:: Problem details ::
In the records below, find the line that contains "f 139 137 140" and the line that contains "f 42 116 39". Set down exactly those lines and every line between them, and nothing more.

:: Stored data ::
********************

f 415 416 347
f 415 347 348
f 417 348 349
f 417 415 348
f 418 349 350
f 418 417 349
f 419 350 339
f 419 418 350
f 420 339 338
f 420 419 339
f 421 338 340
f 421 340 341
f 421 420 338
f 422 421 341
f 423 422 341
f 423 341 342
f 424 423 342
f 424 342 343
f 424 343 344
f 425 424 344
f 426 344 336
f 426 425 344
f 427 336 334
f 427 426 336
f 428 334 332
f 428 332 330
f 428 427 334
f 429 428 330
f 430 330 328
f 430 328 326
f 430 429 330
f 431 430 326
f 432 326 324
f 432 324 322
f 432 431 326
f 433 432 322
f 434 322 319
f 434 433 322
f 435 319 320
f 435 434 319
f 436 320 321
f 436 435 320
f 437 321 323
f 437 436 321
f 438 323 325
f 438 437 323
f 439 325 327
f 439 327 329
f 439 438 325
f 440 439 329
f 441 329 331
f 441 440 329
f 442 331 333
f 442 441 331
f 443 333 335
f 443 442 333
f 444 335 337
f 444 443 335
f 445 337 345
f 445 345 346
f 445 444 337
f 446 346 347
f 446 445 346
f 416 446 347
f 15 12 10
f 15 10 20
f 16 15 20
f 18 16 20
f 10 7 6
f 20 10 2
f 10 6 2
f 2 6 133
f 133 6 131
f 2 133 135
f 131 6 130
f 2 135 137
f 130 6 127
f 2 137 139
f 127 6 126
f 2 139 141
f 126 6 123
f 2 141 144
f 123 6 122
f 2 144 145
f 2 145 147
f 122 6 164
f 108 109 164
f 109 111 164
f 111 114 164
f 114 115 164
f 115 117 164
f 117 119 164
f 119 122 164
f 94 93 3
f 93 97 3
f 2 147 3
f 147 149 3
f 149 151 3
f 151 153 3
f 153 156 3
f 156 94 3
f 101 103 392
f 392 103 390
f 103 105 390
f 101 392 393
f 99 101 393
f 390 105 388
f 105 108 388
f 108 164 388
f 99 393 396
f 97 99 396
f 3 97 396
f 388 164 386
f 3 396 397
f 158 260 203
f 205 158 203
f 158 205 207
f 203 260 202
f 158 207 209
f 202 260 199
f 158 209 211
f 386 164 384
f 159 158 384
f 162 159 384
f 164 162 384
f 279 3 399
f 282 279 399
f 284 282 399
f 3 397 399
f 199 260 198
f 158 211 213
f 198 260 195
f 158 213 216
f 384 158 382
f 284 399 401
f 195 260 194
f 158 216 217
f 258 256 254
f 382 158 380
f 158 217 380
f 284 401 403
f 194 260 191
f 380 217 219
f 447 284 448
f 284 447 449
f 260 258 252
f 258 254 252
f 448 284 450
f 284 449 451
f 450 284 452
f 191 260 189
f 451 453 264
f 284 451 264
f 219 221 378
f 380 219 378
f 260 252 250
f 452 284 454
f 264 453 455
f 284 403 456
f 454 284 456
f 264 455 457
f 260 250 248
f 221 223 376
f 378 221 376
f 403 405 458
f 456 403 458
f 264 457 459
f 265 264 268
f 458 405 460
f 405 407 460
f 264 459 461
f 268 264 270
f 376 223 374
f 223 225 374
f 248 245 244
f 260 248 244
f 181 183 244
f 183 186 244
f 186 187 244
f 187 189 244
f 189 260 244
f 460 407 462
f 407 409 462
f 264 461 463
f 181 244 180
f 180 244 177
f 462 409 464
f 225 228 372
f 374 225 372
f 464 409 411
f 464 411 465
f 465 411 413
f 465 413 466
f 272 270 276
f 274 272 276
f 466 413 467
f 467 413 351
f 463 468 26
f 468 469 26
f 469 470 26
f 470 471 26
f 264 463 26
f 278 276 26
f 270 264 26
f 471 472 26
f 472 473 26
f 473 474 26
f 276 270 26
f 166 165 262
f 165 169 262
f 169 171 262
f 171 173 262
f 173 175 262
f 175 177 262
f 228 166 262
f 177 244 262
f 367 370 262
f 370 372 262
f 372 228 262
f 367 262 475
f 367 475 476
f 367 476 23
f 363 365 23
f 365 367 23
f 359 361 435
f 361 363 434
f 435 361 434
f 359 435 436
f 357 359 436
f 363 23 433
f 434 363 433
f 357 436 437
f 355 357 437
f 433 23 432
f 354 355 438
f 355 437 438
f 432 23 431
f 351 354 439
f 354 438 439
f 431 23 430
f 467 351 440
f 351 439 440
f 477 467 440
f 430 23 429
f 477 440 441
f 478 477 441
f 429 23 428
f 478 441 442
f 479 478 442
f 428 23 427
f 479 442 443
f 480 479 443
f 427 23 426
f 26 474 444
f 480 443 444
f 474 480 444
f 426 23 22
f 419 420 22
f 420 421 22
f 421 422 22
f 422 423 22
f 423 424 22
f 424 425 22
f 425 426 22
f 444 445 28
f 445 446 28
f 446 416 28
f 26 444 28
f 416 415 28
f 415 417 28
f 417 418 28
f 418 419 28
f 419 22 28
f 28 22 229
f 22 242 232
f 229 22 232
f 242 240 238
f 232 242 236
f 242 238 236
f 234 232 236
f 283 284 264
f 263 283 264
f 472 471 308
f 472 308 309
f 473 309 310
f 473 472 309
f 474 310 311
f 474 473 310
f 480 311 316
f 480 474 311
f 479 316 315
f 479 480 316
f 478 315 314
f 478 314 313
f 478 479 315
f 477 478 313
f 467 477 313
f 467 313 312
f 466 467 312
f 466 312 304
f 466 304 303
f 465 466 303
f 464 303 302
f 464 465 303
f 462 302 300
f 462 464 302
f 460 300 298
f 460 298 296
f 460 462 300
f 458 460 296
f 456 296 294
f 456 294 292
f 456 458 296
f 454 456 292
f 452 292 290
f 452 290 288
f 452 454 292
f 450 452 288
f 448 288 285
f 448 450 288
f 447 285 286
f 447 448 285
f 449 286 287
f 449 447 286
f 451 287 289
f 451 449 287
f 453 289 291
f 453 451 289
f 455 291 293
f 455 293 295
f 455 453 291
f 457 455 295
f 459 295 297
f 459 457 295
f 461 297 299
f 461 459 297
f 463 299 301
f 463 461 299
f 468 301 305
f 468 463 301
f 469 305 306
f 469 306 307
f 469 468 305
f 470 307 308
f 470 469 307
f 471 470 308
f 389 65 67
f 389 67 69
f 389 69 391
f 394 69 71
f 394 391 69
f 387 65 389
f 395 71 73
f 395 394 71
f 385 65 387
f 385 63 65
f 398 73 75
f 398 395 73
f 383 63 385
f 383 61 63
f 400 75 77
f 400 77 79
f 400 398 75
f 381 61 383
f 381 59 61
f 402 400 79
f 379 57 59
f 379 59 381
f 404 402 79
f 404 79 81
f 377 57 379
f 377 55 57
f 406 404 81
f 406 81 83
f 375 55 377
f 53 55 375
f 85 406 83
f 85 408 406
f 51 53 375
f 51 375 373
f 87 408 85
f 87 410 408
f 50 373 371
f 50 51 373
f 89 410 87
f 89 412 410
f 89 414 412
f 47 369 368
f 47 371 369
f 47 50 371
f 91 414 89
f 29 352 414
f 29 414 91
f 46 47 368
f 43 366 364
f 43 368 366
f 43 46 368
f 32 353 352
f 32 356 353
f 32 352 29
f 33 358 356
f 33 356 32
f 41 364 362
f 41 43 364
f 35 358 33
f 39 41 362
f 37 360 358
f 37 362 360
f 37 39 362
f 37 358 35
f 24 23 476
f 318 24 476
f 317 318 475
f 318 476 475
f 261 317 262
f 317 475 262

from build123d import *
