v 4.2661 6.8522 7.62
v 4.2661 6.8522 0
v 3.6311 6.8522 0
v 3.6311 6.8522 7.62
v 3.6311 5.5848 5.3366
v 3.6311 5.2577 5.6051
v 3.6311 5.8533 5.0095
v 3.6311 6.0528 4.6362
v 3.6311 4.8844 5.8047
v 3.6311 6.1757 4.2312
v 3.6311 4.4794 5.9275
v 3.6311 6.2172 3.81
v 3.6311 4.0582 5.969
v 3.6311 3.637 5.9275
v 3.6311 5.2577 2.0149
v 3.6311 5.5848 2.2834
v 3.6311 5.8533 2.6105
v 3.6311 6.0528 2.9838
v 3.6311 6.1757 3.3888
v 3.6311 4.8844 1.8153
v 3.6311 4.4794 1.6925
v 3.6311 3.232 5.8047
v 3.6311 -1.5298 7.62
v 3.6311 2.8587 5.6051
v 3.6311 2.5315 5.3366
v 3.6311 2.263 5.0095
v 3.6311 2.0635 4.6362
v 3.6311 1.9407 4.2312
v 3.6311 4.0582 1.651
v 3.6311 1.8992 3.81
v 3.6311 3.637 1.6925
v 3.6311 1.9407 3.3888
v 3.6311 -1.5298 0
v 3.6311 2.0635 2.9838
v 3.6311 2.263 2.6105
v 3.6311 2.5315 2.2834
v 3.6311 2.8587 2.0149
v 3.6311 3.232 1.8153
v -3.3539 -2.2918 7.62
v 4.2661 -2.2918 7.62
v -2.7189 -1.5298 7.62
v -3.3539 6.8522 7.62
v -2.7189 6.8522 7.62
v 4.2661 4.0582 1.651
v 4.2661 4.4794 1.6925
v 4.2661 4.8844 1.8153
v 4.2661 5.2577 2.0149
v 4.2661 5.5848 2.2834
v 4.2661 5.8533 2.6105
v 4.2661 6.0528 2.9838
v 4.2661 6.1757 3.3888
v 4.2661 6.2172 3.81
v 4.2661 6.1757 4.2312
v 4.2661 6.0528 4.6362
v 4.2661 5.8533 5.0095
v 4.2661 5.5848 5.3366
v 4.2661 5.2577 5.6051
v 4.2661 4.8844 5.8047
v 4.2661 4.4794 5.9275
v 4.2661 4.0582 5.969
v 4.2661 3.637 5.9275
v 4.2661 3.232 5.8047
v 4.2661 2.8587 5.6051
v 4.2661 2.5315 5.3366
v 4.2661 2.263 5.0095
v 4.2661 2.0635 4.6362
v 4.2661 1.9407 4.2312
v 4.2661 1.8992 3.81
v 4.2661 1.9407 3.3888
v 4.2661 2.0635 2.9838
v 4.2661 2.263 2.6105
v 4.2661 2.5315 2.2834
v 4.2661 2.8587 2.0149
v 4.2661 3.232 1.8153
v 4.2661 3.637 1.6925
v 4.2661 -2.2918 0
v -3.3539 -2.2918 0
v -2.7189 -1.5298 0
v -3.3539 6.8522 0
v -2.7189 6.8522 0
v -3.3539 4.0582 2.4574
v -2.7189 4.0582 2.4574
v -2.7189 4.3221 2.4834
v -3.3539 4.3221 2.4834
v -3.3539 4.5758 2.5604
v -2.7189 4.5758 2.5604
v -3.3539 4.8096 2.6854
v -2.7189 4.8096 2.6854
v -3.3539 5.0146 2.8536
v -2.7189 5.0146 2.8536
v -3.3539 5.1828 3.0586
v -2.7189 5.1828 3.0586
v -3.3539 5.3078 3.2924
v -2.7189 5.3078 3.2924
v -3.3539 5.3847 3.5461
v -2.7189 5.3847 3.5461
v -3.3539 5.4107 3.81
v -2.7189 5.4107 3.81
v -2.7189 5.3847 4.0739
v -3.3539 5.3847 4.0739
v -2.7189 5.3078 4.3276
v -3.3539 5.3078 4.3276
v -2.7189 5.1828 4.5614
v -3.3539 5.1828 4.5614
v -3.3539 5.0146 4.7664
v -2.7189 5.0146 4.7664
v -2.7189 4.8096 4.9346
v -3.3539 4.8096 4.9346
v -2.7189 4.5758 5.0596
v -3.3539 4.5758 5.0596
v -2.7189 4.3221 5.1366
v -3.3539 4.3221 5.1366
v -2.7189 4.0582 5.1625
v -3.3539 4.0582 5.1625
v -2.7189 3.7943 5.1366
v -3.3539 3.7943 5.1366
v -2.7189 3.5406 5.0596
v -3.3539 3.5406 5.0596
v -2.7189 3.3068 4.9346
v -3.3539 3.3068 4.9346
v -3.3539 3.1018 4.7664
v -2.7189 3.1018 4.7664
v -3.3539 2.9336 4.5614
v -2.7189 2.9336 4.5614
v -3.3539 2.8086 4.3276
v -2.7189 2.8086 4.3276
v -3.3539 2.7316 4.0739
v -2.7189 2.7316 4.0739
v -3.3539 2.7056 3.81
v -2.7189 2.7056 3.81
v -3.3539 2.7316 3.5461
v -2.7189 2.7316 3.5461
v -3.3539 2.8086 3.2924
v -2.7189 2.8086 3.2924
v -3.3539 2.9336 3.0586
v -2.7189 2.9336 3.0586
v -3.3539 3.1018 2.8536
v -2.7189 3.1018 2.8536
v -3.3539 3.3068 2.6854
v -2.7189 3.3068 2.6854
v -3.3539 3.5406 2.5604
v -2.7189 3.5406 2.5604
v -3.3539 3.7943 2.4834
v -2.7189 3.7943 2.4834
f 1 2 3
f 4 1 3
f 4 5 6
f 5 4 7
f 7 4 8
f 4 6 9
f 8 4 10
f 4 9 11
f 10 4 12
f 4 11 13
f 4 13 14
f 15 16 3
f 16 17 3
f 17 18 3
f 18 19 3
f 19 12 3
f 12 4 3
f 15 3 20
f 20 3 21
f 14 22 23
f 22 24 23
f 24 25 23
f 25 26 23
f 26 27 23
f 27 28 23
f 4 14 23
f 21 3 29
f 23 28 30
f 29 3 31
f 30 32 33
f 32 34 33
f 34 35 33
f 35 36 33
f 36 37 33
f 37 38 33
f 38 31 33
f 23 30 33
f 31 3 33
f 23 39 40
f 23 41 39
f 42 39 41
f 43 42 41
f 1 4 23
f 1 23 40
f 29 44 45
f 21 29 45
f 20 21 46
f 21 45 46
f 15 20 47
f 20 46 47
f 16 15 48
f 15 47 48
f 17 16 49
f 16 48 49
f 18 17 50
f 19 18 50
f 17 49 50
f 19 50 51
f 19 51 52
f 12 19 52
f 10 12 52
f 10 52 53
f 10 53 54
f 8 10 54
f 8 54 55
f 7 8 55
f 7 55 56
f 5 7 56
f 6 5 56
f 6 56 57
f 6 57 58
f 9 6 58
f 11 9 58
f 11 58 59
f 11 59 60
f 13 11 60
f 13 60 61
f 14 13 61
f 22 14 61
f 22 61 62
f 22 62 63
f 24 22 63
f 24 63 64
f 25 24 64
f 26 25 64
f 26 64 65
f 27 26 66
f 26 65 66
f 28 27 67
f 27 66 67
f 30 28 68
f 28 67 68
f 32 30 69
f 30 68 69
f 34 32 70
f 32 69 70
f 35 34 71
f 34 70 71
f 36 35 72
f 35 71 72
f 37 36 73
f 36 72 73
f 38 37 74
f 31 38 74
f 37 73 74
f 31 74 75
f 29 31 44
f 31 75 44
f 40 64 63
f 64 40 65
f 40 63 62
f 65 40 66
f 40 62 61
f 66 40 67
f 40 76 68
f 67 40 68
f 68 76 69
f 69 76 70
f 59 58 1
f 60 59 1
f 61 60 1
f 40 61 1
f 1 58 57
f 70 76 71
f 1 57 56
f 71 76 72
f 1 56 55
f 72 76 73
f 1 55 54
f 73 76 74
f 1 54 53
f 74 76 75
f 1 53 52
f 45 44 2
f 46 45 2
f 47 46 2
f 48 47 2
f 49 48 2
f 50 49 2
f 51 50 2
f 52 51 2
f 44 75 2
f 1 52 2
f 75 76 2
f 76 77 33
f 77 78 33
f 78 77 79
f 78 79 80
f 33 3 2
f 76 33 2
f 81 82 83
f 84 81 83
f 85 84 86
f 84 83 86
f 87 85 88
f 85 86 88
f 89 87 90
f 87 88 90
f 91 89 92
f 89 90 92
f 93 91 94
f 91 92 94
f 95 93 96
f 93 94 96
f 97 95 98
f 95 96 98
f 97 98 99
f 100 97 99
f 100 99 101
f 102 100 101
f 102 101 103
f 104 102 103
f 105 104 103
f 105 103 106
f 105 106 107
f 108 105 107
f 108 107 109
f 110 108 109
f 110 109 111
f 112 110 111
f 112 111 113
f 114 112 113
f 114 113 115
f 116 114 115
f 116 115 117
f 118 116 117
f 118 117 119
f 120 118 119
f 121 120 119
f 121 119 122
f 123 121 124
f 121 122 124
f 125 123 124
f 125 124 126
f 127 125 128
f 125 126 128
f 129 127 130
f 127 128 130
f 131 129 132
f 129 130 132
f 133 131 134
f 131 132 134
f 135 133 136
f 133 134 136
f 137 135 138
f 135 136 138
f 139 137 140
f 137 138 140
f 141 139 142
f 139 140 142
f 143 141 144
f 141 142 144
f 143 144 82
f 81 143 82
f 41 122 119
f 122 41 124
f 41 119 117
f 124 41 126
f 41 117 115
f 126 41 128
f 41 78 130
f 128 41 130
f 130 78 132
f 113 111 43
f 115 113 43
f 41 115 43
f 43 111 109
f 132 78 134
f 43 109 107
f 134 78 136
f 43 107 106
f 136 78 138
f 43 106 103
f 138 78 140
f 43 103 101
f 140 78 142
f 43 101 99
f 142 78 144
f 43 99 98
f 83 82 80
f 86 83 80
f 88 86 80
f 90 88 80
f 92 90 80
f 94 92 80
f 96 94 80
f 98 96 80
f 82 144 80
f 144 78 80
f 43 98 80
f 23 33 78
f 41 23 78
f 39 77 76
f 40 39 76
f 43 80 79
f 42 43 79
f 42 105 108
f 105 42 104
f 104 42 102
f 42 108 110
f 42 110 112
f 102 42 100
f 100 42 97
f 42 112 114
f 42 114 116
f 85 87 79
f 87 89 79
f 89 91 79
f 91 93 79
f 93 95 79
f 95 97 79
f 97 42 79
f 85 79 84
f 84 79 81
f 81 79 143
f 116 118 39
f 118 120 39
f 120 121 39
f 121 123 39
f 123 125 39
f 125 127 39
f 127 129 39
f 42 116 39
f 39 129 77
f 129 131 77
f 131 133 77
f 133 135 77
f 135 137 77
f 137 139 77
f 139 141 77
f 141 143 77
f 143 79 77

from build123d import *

# Parameters (mm, degrees)
BOSS_EXTRUDE1_DEPTH       = 7.62
F_6_32_TAPPED_HOLE1_D     = 2.7051
F_6_32_TAPPED_HOLE1_DEPTH = 0.635
CUT_EXTRUDE1_REACH        = 9.62
SKETCH6_R                 = 2.159


with BuildPart() as part:
    # Sketch1 → Boss-Extrude1 (new body)
    with BuildSketch(Plane.XY):
        Polygon((-3.353873239, 6.85218662), (-3.353873239, -2.29181338), (4.266126761, -2.29181338), (4.266126761, 6.85218662), (3.631126761, 6.85218662), (3.631126761, -1.52981338), (-2.718873239, -1.52981338), (-2.718873239, 6.85218662), align=None)
    extrude(amount=BOSS_EXTRUDE1_DEPTH)

    # #6-32 Tapped Hole1
    with Locations(Plane.ZY.offset(3.353873239)):
        with Locations((3.81, 4.05818662)):
            Hole(F_6_32_TAPPED_HOLE1_D / 2, depth=F_6_32_TAPPED_HOLE1_DEPTH)

    # Sketch6 → Cut-Extrude1 (cut, up to next)
    with BuildSketch(Plane(origin=(4.266126761, 0, 0), x_dir=(0, 0, -1), z_dir=(1, 0, 0)), mode=Mode.PRIVATE) as cut_extrude1_sk1:
        with Locations((-3.81, 4.05818662)):
            Circle(SKETCH6_R)
    cut_extrude1_tool1 = extrude(cut_extrude1_sk1.sketch, amount=-CUT_EXTRUDE1_REACH, mode=Mode.PRIVATE) & part.part
    add(cut_extrude1_tool1.solids().sort_by_distance((4.266127, 4.058187, 3.81))[0], mode=Mode.SUBTRACT)


solid = part.part
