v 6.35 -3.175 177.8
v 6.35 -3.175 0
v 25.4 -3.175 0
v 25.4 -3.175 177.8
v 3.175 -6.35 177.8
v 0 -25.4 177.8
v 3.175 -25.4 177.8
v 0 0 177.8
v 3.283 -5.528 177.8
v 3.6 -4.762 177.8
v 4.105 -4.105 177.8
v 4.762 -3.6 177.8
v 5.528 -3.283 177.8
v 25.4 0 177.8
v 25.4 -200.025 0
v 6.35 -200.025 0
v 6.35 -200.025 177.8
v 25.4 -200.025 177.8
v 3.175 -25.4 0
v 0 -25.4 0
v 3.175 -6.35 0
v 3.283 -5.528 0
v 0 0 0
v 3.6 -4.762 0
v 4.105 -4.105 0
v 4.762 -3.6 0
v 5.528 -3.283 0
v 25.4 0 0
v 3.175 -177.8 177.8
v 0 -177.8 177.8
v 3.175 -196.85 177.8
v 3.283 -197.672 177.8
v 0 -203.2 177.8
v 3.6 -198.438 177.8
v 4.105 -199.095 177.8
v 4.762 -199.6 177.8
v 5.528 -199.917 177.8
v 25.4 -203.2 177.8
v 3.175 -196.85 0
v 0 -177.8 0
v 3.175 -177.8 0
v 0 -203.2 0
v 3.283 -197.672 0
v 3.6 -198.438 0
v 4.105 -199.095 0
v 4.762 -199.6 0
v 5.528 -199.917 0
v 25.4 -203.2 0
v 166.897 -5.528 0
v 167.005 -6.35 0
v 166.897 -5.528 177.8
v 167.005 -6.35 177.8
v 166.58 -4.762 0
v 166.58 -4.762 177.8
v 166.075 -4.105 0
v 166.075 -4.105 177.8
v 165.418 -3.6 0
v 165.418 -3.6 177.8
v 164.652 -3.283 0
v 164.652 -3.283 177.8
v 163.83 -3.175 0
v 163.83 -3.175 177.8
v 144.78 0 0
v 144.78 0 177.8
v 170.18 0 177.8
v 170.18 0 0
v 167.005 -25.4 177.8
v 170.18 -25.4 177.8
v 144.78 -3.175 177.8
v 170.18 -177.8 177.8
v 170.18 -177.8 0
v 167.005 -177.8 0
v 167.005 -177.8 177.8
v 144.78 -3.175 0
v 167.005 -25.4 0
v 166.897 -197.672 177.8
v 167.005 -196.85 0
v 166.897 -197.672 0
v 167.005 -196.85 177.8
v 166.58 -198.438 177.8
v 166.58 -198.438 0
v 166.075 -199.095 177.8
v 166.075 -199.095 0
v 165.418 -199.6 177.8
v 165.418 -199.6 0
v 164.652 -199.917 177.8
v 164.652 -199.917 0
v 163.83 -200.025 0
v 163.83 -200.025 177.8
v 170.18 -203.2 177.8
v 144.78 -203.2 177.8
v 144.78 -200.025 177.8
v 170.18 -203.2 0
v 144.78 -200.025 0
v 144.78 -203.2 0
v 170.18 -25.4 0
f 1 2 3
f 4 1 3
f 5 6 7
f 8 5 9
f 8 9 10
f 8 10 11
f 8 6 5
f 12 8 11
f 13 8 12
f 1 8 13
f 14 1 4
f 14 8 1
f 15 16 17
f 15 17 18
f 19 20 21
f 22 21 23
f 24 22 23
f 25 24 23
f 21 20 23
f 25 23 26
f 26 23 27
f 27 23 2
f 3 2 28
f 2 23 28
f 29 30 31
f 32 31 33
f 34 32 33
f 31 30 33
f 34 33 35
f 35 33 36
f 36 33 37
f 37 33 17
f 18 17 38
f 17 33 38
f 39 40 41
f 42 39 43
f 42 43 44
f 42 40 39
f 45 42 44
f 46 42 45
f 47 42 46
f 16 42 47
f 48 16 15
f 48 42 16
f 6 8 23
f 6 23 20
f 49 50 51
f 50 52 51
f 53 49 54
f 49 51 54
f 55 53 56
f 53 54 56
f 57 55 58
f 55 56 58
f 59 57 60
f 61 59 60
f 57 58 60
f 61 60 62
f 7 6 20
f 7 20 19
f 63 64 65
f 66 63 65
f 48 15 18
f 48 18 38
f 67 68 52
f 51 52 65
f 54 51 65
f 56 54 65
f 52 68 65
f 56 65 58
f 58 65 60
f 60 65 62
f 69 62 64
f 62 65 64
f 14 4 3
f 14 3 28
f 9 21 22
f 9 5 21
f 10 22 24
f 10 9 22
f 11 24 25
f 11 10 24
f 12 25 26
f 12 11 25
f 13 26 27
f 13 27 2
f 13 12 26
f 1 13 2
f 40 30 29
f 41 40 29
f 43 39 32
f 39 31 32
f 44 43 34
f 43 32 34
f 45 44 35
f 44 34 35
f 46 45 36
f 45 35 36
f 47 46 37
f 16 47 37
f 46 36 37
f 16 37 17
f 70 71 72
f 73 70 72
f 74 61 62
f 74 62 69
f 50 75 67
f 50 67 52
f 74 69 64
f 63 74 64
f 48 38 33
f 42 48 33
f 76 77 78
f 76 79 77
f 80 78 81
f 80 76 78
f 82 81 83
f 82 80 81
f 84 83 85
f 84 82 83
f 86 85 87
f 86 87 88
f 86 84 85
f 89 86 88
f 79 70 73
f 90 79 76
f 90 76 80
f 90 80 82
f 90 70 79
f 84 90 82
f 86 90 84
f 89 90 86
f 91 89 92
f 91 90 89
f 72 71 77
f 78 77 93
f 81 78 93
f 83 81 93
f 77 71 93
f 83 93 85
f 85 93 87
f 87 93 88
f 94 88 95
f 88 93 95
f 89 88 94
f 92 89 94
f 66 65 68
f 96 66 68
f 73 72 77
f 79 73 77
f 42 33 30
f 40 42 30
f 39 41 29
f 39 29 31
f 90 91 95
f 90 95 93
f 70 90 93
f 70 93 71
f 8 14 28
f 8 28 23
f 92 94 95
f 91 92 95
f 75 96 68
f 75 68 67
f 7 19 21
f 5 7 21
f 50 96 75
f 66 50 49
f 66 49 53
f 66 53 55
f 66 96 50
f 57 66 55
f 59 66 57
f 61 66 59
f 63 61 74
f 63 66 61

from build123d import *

# Parameters (mm, degrees)
F1_DEPTH = 177.8
F4_R     = 3.175


# Not quite as in the source:
# - a length typed as a fraction of an inch, garbled in the dataset ("3 / 203.2 mm" for 3/8 in), is restored


with BuildPart() as f1:
    # F0 (on Top) → F1 (new body)
    with BuildSketch(Plane.XY):
        Polygon((25.4, 0), (0, 0), (0, -25.4), (3.175, -25.4), (3.175, -3.175), (25.4, -3.175), align=None)
    extrude(amount=F1_DEPTH)

    # F4
    f4_edges = [f1.edges().sort_by_distance(p)[0] for p in [
        (3.175, -3.175, 88.9),
    ]]
    fillet(f4_edges, radius=F4_R)


with BuildPart() as f5_1:
    # F5: instance of F1
    add(f1.part.mirror(Plane.XZ.offset(101.6)))


with BuildPart() as f6_1:
    # F6: instance of F1
    add(f1.part.mirror(Plane.YZ.offset(85.09)))


with BuildPart() as f6_2:
    # F6: instance of F5_1
    add(f5_1.part.mirror(Plane.YZ.offset(85.09)))


solid = Compound([f1.part, f5_1.part, f6_1.part, f6_2.part])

********************

:: Response ::
f 139 137 140
f 137 138 140
f 141 139 142
f 139 140 142
f 143 141 144
f 141 142 144
f 143 144 82
f 81 143 82
f 41 122 119
f 122 41 124
f 41 119 117
f 124 41 126
f 41 117 115
f 126 41 128
f 41 78 130
f 128 41 130
f 130 78 132
f 113 111 43
f 115 113 43
f 41 115 43
f 43 111 109
f 132 78 134
f 43 109 107
f 134 78 136
f 43 107 106
f 136 78 138
f 43 106 103
f 138 78 140
f 43 103 101
f 140 78 142
f 43 101 99
f 142 78 144
f 43 99 98
f 83 82 80
f 86 83 80
f 88 86 80
f 90 88 80
f 92 90 80
f 94 92 80
f 96 94 80
f 98 96 80
f 82 144 80
f 144 78 80
f 43 98 80
f 23 33 78
f 41 23 78
f 39 77 76
f 40 39 76
f 43 80 79
f 42 43 79
f 42 105 108
f 105 42 104
f 104 42 102
f 42 108 110
f 42 110 112
f 102 42 100
f 100 42 97
f 42 112 114
f 42 114 116
f 85 87 79
f 87 89 79
f 89 91 79
f 91 93 79
f 93 95 79
f 95 97 79
f 97 42 79
f 85 79 84
f 84 79 81
f 81 79 143
f 116 118 39
f 118 120 39
f 120 121 39
f 121 123 39
f 123 125 39
f 125 127 39
f 127 129 39
f 42 116 39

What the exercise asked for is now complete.